Thanks. Is it feasible to set the hard cap on the number of active validators as a proportion of circulating supply instead of using a fixed power of two? Such a design aligns somewhat with the idea that the security budget should be adapted to the value of what it protects.

If the circulating supply of Ethereum was to decrease through the deflationary mechanism of EIP-1559, a downward pressure on the amount of staked Ether could be acceptable. For example, it would only take 23 years with a deflation rate of 3 % for the circulating supply of Ether to be halved. A hard cap initially set to roughly 1/3 of all Ether would at that point represent 2/3 of the circulating supply, which may be unnecessarily high. I use “may” here, because if the total value of tokens secured by Ether was to rise significantly in relation to the market cap of Ethereum, it could still be desirable from a security perspective with a rising proportion of it being used for staking (this gets complex).

If the circulating supply of Ethereum was to increase, it could only do that at a maximum of 1 %, and likely much lower. This means that the hardware requirements could only increase very slowly. There is of course in this case also the possibility to still hard cap the number of active validators but compensate proportionally with higher rewards until 1 % inflation is reached; (A) in my previous comment. This however breaks property 3 of the proposal.

A hard cap initially set to roughly 1/3 of all Ether would at that point represent 2/3 of the circulating supply, which may be unnecessarily high

I don’t think this is much of a concern; remember that even in this proposal, it’s theoretically possible for all the ETH to be locked up, it’s just that the number of validators awake is bounded to ~1M. So from a macroeconomic point of view this proposal doesn’t really give us any properties that were not there before.
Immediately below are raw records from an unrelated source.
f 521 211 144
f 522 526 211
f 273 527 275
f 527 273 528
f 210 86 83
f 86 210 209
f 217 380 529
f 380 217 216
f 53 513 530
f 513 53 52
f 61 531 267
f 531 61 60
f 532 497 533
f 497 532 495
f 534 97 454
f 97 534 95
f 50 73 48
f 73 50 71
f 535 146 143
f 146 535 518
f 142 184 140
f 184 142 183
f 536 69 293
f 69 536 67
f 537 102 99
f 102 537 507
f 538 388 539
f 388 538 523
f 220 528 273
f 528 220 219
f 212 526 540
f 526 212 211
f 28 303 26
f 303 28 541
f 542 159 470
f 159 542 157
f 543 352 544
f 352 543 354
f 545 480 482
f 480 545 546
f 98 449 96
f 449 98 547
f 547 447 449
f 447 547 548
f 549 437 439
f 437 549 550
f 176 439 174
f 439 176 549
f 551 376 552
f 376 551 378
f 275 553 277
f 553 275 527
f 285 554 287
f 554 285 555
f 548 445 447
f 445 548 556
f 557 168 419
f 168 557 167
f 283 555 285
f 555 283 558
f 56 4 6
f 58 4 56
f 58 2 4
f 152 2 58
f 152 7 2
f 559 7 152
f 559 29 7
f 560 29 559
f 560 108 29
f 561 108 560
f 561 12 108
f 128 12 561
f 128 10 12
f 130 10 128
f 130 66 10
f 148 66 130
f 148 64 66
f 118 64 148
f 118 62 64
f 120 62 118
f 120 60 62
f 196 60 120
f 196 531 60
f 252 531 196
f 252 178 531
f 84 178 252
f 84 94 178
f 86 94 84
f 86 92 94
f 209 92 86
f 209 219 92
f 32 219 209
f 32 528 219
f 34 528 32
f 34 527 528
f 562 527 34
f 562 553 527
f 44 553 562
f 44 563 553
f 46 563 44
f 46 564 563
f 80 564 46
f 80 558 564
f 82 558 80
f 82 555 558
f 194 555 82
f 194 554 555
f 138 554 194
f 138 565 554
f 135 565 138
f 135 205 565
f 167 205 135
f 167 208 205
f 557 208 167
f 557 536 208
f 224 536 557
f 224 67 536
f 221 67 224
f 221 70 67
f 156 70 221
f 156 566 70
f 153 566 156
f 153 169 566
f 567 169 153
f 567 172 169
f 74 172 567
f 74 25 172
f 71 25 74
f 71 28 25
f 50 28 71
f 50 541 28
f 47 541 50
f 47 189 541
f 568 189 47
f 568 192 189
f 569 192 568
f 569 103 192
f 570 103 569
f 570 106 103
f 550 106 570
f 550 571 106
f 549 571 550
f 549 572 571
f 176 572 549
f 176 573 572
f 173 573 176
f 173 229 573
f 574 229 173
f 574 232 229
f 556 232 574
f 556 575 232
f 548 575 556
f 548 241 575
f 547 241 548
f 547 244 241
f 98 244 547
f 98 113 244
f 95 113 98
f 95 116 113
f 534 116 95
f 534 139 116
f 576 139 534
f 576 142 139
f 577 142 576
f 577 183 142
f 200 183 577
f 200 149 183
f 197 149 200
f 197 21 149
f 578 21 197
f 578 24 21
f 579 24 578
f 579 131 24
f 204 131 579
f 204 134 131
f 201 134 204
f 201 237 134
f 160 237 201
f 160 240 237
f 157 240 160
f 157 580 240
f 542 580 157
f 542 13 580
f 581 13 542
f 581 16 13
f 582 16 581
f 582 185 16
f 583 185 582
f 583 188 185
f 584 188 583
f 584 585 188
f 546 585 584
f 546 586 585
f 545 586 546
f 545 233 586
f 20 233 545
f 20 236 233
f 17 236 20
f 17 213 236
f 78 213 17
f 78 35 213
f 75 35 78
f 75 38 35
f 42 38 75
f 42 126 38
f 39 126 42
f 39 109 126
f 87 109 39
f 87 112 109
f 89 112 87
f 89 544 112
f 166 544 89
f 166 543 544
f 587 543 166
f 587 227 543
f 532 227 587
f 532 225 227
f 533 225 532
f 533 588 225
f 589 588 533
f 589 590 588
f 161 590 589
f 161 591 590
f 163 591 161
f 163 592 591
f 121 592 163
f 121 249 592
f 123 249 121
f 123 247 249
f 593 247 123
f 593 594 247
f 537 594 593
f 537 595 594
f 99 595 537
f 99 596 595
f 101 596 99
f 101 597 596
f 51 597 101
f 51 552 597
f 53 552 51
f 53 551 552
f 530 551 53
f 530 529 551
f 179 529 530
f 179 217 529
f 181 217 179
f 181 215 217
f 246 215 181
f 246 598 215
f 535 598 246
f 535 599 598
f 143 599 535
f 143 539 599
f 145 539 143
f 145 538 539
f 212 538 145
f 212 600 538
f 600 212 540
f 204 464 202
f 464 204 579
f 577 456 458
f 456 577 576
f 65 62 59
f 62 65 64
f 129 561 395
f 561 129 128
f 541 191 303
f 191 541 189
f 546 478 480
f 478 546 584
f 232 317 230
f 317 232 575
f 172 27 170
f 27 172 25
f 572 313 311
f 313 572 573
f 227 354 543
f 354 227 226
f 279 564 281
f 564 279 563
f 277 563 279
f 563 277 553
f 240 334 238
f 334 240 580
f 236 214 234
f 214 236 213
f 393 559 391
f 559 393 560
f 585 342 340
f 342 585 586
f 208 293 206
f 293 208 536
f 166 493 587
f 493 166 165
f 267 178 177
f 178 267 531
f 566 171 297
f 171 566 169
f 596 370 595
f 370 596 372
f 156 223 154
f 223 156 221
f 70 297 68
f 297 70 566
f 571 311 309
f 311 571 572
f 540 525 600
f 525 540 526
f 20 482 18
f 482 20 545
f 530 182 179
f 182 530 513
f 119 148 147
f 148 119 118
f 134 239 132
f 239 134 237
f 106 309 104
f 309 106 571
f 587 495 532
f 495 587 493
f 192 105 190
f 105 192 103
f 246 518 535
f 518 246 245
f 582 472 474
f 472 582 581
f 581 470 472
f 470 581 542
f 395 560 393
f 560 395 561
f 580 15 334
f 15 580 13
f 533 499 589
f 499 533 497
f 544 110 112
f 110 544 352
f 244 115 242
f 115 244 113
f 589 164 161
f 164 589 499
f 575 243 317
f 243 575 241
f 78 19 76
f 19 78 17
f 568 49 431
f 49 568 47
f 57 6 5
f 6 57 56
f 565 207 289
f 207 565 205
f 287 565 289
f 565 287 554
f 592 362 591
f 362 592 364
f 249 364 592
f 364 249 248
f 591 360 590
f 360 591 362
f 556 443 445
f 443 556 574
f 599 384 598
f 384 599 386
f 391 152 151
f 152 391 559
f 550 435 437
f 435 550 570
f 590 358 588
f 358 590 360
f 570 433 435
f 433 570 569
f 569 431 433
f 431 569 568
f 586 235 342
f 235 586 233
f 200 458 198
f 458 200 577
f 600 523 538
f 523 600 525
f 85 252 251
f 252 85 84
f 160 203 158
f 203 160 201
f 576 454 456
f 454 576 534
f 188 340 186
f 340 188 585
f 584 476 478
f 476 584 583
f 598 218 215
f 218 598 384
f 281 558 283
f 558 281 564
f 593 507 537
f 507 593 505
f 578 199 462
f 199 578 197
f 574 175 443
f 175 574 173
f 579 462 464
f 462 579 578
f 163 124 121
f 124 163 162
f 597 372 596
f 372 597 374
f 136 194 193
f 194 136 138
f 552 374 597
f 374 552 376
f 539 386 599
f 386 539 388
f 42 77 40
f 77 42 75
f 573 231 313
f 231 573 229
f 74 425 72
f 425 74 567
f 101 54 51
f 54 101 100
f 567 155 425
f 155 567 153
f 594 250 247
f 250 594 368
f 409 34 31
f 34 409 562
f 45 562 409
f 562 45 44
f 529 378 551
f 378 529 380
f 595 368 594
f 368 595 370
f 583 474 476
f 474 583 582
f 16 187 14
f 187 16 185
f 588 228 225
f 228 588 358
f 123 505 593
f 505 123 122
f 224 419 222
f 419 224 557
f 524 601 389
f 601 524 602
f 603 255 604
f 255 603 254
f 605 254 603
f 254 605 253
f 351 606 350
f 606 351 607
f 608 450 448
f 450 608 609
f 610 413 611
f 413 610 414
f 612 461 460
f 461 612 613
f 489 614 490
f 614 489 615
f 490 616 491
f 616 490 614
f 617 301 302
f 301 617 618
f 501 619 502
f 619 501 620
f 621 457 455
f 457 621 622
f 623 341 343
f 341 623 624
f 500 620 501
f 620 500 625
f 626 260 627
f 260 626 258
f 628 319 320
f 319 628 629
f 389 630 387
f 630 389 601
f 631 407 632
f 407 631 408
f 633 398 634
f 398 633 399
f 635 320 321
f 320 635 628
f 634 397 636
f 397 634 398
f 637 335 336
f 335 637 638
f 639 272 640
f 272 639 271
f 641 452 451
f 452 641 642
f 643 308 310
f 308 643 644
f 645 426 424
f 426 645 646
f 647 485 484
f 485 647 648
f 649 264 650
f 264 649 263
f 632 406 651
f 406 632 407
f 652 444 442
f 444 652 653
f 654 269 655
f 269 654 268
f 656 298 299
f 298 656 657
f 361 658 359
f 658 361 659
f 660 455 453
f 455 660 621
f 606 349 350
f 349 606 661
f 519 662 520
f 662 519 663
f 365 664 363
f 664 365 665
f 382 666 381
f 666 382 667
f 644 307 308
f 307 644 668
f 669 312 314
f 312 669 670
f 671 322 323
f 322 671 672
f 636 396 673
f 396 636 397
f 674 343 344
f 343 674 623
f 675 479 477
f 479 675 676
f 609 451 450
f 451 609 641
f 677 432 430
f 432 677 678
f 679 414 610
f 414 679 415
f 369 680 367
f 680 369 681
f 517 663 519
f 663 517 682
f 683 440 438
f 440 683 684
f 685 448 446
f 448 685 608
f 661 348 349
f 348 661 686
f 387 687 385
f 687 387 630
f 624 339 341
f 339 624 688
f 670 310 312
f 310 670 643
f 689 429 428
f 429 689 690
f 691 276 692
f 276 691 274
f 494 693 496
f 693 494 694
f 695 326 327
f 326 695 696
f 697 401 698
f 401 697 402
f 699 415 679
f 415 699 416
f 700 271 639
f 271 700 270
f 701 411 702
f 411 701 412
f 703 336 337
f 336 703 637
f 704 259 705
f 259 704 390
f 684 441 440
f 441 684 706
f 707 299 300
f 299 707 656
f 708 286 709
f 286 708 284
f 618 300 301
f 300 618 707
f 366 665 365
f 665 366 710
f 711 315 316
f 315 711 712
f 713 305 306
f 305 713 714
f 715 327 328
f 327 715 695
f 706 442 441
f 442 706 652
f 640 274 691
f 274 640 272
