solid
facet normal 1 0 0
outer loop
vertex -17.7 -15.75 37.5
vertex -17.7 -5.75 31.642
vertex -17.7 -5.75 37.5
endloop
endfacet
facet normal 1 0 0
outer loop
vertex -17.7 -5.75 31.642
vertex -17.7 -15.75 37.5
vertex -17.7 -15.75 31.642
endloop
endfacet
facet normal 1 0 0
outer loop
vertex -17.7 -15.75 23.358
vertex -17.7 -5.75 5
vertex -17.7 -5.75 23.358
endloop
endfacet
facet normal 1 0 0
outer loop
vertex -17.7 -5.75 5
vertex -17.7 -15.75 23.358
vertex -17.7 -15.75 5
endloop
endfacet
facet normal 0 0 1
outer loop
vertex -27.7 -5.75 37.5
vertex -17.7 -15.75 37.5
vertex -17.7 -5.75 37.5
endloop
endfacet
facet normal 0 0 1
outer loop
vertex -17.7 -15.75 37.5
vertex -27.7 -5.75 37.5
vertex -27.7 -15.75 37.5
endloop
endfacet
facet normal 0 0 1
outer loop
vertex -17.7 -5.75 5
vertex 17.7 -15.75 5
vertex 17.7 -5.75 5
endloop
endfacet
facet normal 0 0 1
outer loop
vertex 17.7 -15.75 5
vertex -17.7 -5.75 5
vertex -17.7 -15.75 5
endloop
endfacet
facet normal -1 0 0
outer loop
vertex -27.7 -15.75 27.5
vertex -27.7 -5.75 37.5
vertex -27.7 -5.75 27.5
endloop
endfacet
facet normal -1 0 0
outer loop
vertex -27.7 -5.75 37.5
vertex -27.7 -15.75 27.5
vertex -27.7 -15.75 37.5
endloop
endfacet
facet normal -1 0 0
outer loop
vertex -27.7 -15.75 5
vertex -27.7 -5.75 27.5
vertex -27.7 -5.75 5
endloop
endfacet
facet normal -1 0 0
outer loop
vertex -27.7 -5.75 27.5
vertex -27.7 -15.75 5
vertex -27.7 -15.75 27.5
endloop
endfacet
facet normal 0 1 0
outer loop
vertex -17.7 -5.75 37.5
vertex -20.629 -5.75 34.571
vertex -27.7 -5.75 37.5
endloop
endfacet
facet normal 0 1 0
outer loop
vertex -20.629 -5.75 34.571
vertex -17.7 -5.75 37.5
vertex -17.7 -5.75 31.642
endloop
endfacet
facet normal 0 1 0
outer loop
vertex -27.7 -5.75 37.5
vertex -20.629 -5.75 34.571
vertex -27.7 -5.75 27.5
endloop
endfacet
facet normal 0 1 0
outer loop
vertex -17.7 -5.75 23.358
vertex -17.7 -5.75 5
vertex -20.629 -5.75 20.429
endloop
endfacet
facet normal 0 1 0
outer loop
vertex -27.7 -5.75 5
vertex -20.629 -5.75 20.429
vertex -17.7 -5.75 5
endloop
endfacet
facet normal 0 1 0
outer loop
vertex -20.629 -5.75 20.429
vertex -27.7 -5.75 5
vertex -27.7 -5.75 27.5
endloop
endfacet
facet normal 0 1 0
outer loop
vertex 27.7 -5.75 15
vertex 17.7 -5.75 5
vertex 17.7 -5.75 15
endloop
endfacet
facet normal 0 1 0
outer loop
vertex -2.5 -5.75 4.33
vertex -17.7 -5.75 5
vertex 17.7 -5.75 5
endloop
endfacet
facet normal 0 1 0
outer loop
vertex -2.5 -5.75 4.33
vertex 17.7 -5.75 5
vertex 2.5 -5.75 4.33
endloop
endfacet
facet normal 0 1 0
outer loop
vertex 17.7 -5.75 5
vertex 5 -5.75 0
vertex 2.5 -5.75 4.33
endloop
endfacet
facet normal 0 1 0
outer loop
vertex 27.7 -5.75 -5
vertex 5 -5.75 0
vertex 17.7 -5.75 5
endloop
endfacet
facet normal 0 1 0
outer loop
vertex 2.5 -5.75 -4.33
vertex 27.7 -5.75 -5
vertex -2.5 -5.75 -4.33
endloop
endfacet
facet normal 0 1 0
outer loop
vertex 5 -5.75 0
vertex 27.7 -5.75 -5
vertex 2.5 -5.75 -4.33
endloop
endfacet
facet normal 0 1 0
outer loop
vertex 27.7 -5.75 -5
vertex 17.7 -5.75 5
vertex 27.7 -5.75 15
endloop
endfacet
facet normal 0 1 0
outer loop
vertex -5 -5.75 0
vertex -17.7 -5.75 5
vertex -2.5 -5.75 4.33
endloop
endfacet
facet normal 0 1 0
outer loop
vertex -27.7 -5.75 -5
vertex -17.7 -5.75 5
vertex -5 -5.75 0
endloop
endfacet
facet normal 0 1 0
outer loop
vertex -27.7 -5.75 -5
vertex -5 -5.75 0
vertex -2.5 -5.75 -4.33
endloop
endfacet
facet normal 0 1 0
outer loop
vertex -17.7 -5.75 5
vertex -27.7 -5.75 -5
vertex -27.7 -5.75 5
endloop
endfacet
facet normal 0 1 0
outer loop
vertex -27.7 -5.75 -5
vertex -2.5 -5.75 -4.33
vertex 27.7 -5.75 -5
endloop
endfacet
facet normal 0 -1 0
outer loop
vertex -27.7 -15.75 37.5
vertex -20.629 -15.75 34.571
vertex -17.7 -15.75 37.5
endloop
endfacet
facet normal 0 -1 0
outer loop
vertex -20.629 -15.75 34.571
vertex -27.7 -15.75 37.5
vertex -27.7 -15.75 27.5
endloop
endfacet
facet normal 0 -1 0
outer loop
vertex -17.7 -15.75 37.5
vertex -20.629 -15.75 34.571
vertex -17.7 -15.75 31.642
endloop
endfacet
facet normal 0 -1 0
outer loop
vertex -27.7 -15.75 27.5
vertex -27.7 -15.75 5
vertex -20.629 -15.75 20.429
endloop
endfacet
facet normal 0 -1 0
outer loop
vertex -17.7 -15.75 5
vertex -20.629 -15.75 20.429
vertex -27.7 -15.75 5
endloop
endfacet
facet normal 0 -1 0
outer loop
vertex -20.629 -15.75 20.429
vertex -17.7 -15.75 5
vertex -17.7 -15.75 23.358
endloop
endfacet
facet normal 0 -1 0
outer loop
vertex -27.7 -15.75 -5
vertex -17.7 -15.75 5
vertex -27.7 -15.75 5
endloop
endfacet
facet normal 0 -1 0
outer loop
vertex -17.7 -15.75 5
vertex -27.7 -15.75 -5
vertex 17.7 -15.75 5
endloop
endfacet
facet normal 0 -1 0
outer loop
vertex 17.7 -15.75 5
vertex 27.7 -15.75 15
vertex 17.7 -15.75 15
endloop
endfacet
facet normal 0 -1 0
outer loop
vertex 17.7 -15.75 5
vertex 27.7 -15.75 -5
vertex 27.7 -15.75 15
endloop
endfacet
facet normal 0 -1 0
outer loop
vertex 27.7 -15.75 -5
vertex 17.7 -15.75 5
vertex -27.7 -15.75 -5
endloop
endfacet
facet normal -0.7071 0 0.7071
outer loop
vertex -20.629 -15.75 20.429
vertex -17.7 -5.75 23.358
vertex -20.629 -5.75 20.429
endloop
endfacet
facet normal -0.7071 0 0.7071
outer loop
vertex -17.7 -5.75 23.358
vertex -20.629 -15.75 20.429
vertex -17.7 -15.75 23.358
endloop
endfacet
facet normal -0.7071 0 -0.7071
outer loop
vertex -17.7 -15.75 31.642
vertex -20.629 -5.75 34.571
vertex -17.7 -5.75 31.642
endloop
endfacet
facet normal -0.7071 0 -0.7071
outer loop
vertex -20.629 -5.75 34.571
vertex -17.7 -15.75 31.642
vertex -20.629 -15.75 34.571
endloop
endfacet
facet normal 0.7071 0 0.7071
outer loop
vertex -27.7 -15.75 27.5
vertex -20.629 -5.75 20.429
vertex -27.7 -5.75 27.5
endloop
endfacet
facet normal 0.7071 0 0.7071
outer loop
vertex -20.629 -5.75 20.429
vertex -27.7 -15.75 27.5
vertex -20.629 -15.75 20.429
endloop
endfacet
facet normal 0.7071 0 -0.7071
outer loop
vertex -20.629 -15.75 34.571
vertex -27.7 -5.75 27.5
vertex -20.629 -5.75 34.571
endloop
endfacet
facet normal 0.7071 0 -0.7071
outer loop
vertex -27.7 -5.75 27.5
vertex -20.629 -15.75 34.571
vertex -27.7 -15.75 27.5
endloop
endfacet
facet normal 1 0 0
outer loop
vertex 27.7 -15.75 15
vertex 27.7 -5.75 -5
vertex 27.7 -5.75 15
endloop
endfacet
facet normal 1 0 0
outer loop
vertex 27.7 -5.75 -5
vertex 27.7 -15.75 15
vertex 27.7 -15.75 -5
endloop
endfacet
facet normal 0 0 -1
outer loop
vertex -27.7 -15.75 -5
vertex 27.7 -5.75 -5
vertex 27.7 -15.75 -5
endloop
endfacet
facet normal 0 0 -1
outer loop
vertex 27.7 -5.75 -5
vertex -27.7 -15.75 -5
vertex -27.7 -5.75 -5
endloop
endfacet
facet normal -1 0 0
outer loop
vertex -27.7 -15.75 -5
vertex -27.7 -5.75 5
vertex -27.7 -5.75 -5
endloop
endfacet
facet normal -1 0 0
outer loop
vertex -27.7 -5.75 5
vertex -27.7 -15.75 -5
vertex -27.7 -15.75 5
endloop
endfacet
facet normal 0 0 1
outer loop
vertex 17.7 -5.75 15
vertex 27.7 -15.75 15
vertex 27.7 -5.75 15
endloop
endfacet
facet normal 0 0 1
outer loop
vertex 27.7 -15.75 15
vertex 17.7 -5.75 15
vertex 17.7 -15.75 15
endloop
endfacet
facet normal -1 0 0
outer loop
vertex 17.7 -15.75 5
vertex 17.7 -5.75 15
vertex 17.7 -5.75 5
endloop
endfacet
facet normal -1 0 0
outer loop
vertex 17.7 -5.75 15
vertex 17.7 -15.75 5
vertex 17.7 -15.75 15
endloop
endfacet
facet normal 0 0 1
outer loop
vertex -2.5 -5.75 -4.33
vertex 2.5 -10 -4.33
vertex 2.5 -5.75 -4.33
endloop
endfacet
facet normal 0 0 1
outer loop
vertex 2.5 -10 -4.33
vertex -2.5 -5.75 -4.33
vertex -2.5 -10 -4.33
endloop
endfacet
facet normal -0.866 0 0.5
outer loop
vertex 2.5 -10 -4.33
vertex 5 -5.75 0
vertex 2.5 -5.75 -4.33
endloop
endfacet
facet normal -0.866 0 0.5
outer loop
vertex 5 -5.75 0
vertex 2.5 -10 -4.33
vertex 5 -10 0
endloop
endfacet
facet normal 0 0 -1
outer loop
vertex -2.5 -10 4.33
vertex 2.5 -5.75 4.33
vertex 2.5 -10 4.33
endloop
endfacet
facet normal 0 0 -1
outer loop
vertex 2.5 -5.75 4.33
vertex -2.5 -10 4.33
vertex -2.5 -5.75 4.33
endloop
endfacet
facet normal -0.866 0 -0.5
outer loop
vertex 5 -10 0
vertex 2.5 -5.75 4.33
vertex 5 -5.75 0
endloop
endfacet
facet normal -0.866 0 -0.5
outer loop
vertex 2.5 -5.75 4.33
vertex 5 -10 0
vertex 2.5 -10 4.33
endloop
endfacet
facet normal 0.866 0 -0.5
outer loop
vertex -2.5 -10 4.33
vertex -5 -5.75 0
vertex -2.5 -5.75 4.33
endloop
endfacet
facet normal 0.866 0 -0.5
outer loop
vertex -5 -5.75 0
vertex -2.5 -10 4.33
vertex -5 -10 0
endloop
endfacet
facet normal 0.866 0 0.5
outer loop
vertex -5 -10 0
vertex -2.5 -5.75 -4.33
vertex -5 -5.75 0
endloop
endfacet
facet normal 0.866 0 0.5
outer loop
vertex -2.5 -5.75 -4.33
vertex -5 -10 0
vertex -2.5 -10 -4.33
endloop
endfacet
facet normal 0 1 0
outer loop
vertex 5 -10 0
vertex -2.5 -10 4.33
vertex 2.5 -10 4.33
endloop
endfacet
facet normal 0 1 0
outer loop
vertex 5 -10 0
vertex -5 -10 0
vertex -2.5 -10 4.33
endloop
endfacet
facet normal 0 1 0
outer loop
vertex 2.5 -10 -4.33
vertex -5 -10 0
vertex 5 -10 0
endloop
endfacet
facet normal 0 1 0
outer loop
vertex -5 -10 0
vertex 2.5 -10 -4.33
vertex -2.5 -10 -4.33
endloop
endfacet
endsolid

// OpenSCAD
module bracket() {
    difference() {
        union() {
            // Horizontal beam
            translate([-27.7, -15.75, -5])
                cube([55.4, 10, 10]);

            // Tall vertical end plate with chamfer
            translate([-27.7, -15.75, 5])
                difference() {
                    cube([10, 10, 32.5]);
                    translate([0, 0, 22.5])
                        rotate([0, 45, 0])
                        cube([10, 10, 10]);
                }

            // Short vertical support/leg
            translate([17.7, -15.75, -5])
                cube([10, 10, 20]);
        }

        // Hexagonal hole in the horizontal beam
        translate([0, 0, 0])
            rotate([90, 0, 0])
            cylinder(h=10, r=5, $fn=6);
    }
}

bracket();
After thinking about it a little more, I agree that the active validator cap can and should be hardcoded. The reason is that the number of validators specifies a sufficient level of decentralization, which does not directly depend on the circulating supply (though perhaps log-linearly depend on the size of the user base). Rather, it is the required number of Ether for each validator that in the future could be changed in adaptation to the circulating supply.

Just to briefly encapsulate this tangent point:

To my understanding, as the current protocol is written, the circulating supply of Ether will eventually reach an equilibrium, at which point total staking rewards are equal to burned Ether. This equilibrium is likely to be at a significantly lower supply than the current supply (at that point, staking rewards, as a proportion of the total circulating supply, would be higher than what they are today). Some parameters are tuned based on the current circulating supply and will not automatically be adapted to such a lower circulating supply. One such parameter is the required number of Ether per validator.

@vbuterin where does 2^19 comes from? is there a particular target “resource” package (memory, CPU, I/O, networking) we would like to adhere to?

I guess 2**19 is just roughly the level of validating ETH that we expect; the goal is to make the maximum load close to the expected load.

I don’t think there’s necessarily a specific “target” where we’re okay going up to the target but not beyond it; it’s more like, the lower the resource requirements, the better, and if you push the requirements even lower, there’s even further benefits that you unlock, but what we do know is that fixed load is better on users than variable load, because in the variable-load case users would have to buy hardware to cover an extreme case that in practice may not end up ever being reached.

@vbuterin thanks for the explanation.